In short, being entertaining is hard.
I was fortunate enough to be in Tokyo last week covering a kickboxing event and at the pre-fight press conference, one of the suits responsible for sending me there came up to me with a sense of urgency and whispered in my ear:
"We have a problem .... I need you to keep these guys entertained for the next 15 minutes until we get shit straightened out."
That said, we've already established how awful I am at improv.
So there I am in a room full of international fighters, many of whom do not speak English, tasked with "entertaining them" in an effort to keep them from leaving the hotel to go bang a Geisha or take a nap. Nothing scarier than hearing that mic flip on with that quick, high-pitched whine.
Naturally, I bombed.
"... (tap-tap-tap) ... Hi everyone ... uh ... this is going to be a great event. Ahem ... anyone check out that sushi place on the seventh floor? Each meal comes with a free pair of chopsticks. Unfortunately, it doesn't come with instructions on how to actually use them!"

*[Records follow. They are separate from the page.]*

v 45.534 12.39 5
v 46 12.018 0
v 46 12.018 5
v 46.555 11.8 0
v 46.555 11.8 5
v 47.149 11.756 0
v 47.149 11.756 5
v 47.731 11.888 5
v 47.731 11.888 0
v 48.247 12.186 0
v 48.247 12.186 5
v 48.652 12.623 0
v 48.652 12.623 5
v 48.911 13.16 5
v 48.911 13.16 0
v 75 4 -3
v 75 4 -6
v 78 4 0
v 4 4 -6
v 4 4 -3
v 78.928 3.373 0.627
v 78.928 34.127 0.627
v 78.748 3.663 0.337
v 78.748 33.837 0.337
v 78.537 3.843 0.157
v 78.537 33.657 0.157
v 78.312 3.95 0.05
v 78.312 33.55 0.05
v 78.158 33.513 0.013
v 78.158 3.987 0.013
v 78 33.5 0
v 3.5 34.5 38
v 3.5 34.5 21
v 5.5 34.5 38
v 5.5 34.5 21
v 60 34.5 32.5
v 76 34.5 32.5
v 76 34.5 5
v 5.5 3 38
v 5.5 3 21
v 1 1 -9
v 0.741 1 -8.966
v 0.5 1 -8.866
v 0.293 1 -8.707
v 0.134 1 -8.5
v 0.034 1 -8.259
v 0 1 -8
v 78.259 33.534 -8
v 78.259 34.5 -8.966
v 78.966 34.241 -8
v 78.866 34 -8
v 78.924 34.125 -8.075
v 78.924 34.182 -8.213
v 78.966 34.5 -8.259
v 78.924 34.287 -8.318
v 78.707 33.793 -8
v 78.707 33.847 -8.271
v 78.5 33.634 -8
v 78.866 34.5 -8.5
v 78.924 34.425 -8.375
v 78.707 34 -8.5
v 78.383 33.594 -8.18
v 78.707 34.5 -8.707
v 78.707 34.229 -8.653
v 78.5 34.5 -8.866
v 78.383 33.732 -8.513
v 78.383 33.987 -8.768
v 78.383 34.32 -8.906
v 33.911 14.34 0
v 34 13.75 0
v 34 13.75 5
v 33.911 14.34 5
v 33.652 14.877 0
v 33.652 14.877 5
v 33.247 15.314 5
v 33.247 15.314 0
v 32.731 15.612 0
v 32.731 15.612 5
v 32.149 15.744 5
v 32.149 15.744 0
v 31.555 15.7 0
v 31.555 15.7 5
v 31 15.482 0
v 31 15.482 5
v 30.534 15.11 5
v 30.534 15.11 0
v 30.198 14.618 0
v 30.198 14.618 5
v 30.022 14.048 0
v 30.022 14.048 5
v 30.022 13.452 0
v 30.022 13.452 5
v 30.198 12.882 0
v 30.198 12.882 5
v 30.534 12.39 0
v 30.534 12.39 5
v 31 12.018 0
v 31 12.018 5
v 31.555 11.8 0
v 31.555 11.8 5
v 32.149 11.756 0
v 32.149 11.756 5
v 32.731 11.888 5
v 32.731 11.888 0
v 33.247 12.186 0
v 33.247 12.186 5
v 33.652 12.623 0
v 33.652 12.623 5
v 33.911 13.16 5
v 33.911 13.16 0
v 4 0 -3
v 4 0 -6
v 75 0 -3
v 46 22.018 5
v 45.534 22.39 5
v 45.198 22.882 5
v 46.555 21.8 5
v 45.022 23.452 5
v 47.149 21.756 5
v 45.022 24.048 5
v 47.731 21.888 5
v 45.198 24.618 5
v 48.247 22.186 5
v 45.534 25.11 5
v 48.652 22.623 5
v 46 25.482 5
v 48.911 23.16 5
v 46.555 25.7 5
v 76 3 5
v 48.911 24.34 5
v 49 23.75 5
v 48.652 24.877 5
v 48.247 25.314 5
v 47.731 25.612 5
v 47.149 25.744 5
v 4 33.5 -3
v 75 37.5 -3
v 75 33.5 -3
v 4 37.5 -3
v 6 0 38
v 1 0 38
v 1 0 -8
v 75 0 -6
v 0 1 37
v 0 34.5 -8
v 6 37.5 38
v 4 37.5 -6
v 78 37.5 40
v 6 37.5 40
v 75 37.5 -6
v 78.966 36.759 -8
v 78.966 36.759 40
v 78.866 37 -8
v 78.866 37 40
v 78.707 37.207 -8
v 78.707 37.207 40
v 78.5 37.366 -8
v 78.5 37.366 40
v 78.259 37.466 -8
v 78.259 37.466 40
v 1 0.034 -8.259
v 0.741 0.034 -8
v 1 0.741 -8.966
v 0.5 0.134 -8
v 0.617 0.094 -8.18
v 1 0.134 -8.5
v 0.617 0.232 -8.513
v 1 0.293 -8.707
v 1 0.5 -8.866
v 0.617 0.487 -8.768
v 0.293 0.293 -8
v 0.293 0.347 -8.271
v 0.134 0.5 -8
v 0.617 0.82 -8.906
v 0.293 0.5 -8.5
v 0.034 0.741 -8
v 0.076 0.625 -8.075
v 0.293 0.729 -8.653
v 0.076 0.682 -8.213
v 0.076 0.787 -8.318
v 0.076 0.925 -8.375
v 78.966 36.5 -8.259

(crickets, followed by distant coughing)
Even if I had a day to prepare, I'm not sure I could have done any better, which is why I was more forgiving of the tomfoolery from WWE on RAW. Let's face it, even if something looks great on paper, you really never know how the audience will receive it until you go live.

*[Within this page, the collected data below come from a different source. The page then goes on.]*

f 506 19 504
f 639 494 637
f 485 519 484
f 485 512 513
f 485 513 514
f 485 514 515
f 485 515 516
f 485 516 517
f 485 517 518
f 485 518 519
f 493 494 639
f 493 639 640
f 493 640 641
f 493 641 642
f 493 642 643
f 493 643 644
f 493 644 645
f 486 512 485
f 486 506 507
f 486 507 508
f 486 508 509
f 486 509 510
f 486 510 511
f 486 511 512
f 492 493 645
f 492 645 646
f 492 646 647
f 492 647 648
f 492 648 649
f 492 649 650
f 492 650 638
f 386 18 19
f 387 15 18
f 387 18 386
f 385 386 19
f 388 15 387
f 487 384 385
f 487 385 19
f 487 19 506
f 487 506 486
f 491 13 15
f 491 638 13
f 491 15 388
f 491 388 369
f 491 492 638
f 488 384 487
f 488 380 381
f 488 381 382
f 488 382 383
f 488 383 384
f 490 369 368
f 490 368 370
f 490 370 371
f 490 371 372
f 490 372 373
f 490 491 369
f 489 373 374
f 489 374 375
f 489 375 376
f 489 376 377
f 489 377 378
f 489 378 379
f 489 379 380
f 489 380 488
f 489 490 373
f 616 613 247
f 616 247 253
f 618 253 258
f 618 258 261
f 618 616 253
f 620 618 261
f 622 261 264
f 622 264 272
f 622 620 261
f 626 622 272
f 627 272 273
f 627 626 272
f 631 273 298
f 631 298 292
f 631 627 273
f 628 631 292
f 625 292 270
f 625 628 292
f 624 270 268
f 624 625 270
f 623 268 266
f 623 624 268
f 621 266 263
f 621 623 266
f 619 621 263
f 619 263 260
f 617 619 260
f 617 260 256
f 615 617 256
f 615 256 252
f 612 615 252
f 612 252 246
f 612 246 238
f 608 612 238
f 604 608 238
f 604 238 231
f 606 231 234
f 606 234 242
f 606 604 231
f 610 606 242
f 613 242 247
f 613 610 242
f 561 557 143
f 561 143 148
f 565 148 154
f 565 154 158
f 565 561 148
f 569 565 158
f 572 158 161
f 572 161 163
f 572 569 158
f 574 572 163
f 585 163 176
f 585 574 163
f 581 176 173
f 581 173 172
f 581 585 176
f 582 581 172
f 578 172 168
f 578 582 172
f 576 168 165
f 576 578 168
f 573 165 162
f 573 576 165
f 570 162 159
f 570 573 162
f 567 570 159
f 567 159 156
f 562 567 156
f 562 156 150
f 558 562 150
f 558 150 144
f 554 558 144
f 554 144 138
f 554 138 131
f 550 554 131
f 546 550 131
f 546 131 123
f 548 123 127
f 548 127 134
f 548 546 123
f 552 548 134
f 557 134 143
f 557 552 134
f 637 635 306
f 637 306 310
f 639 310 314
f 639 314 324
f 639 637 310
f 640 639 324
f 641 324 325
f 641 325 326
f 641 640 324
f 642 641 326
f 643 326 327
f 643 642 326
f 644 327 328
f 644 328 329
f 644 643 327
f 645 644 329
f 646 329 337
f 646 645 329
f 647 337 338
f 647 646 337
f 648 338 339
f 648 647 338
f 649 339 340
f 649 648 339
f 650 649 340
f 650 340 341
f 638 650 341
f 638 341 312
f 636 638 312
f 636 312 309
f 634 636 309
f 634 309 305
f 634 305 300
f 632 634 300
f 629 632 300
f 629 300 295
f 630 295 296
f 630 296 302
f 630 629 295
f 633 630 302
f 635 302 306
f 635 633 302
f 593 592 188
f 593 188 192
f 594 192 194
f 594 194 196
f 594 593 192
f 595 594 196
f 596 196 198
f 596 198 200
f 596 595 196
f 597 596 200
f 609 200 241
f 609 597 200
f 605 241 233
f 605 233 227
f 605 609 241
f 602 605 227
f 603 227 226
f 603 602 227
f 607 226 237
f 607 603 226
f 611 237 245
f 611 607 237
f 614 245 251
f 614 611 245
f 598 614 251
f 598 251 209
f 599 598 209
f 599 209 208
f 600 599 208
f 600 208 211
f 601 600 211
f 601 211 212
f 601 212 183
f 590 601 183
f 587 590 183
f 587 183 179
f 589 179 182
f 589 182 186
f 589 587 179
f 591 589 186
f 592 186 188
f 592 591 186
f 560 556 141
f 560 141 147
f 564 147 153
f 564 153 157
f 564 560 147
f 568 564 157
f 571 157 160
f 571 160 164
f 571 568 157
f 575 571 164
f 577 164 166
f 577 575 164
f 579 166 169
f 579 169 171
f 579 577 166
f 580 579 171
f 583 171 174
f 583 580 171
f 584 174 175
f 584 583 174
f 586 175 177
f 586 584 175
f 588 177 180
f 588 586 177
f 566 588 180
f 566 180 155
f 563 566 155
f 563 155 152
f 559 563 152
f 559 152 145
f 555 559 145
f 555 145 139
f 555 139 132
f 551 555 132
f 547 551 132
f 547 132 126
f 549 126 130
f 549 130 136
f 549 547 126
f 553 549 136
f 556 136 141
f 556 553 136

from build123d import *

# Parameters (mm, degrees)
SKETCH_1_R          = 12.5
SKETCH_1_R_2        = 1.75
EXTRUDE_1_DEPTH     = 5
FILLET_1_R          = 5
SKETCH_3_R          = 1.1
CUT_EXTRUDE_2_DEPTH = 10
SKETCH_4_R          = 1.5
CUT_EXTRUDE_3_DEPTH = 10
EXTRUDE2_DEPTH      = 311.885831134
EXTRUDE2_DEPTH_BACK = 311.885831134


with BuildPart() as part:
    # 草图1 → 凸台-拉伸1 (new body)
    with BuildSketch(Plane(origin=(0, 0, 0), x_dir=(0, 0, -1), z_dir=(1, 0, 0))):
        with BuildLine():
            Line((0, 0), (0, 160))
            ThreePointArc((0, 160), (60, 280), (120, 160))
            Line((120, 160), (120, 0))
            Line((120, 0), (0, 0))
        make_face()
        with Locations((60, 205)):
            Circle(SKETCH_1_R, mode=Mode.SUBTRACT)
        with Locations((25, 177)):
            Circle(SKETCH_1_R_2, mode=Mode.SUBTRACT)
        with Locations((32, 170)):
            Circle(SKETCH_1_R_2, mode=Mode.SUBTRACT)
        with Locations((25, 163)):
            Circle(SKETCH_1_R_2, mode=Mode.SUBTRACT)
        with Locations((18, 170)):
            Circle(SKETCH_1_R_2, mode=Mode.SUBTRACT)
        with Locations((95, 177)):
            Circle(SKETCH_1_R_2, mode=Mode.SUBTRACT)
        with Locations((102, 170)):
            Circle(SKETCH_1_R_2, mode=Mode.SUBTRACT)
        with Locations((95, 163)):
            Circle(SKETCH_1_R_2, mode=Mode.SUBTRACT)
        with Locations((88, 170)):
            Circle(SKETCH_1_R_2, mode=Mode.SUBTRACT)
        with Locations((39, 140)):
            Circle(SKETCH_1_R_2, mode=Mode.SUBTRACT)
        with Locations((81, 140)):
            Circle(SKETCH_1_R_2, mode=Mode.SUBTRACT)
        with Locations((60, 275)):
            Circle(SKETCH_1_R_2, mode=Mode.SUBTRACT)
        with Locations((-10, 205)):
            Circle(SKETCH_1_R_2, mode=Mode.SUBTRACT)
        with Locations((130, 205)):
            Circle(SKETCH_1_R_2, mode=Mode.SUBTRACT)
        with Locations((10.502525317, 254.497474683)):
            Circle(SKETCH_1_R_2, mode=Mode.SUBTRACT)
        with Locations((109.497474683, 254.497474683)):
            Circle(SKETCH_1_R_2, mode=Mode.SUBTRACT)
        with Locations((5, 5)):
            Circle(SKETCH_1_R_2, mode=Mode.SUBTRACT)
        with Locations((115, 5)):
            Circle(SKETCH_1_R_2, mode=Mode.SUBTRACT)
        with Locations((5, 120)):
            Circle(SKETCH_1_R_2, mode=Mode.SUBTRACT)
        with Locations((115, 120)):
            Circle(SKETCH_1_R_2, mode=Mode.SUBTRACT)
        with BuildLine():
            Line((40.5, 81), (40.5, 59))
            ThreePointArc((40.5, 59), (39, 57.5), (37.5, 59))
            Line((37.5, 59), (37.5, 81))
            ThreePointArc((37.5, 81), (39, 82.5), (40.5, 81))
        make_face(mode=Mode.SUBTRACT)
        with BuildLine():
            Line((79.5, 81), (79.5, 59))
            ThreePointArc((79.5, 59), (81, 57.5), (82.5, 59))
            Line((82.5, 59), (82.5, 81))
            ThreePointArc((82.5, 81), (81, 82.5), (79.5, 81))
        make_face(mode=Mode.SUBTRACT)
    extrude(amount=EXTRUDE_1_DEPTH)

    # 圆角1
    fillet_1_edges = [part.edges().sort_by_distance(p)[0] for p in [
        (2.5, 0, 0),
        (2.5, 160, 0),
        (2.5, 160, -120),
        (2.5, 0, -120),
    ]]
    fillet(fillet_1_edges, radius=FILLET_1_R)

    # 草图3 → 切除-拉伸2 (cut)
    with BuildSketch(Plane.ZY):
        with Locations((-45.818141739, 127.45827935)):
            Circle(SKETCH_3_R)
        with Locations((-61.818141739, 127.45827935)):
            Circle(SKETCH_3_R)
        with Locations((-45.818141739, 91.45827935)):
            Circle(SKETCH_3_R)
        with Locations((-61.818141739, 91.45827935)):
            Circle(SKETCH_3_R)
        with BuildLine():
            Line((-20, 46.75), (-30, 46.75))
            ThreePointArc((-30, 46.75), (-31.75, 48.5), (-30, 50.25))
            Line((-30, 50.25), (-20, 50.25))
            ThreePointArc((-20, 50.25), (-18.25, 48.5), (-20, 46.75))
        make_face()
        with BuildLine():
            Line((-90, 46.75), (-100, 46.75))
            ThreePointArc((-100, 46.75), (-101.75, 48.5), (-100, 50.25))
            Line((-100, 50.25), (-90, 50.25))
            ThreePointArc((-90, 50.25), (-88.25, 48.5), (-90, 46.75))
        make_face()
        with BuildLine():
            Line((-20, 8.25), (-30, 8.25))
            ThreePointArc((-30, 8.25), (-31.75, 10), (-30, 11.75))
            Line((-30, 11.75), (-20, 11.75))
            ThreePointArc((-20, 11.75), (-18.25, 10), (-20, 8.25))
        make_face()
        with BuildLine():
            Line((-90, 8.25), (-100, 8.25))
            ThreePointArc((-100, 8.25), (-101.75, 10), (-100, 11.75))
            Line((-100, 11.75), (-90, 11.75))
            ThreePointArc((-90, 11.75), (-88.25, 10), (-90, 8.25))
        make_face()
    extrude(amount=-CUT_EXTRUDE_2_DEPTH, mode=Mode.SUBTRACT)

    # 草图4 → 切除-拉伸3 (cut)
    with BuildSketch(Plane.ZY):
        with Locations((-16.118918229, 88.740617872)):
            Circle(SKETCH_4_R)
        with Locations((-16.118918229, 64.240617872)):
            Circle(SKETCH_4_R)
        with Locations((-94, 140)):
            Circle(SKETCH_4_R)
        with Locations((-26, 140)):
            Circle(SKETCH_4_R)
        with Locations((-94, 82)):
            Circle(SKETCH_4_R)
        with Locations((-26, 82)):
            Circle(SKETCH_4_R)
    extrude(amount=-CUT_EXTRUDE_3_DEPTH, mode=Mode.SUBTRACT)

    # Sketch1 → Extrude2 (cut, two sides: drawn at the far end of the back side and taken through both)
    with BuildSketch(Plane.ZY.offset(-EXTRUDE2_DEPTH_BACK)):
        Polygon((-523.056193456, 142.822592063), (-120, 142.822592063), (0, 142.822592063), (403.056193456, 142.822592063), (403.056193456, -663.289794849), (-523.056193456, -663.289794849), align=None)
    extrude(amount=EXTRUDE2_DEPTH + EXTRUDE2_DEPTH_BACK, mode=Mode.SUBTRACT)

It's the thought that counts.
It's also one of the reasons why WWE is a nice counterbalance to real sports. If you're like me, when your favorite team screws the pooch, it's like a little part of you dies inside. And there is no way to offset the pain when you invest in an entire season, year after year.
What other choice is there?
The New York Giants were recently eliminated from the playoffs (sniff), blowing the one chance they had to play a Super Bowl AT HOME. Imagine the uproar if the cameras followed them into the locker room after the game and head coach Tom Coughlin was having a Christmas Carol sing-off, while "Bad News" Beason was telling the "Big Blue" Universe...
"I'm afraid I've got some bad news. We WON'T be going to the playoffs, but I still get paid a zillion dollars anyway. Thank you!"
Seriously, people would get shot in the parking lot.
But pro wrestling is not a real sport, so I like the fact that Creative makes a concerted effort to open the relief valve and let my pent up frustration dissipate. When you love something and it doesn't go your way, you get pissed off. But WWE routinely tempers that with a self-deprecating look at its own idiosyncrasies.
Like the jelly-of-the-month club, it's the gift that keeps on giving.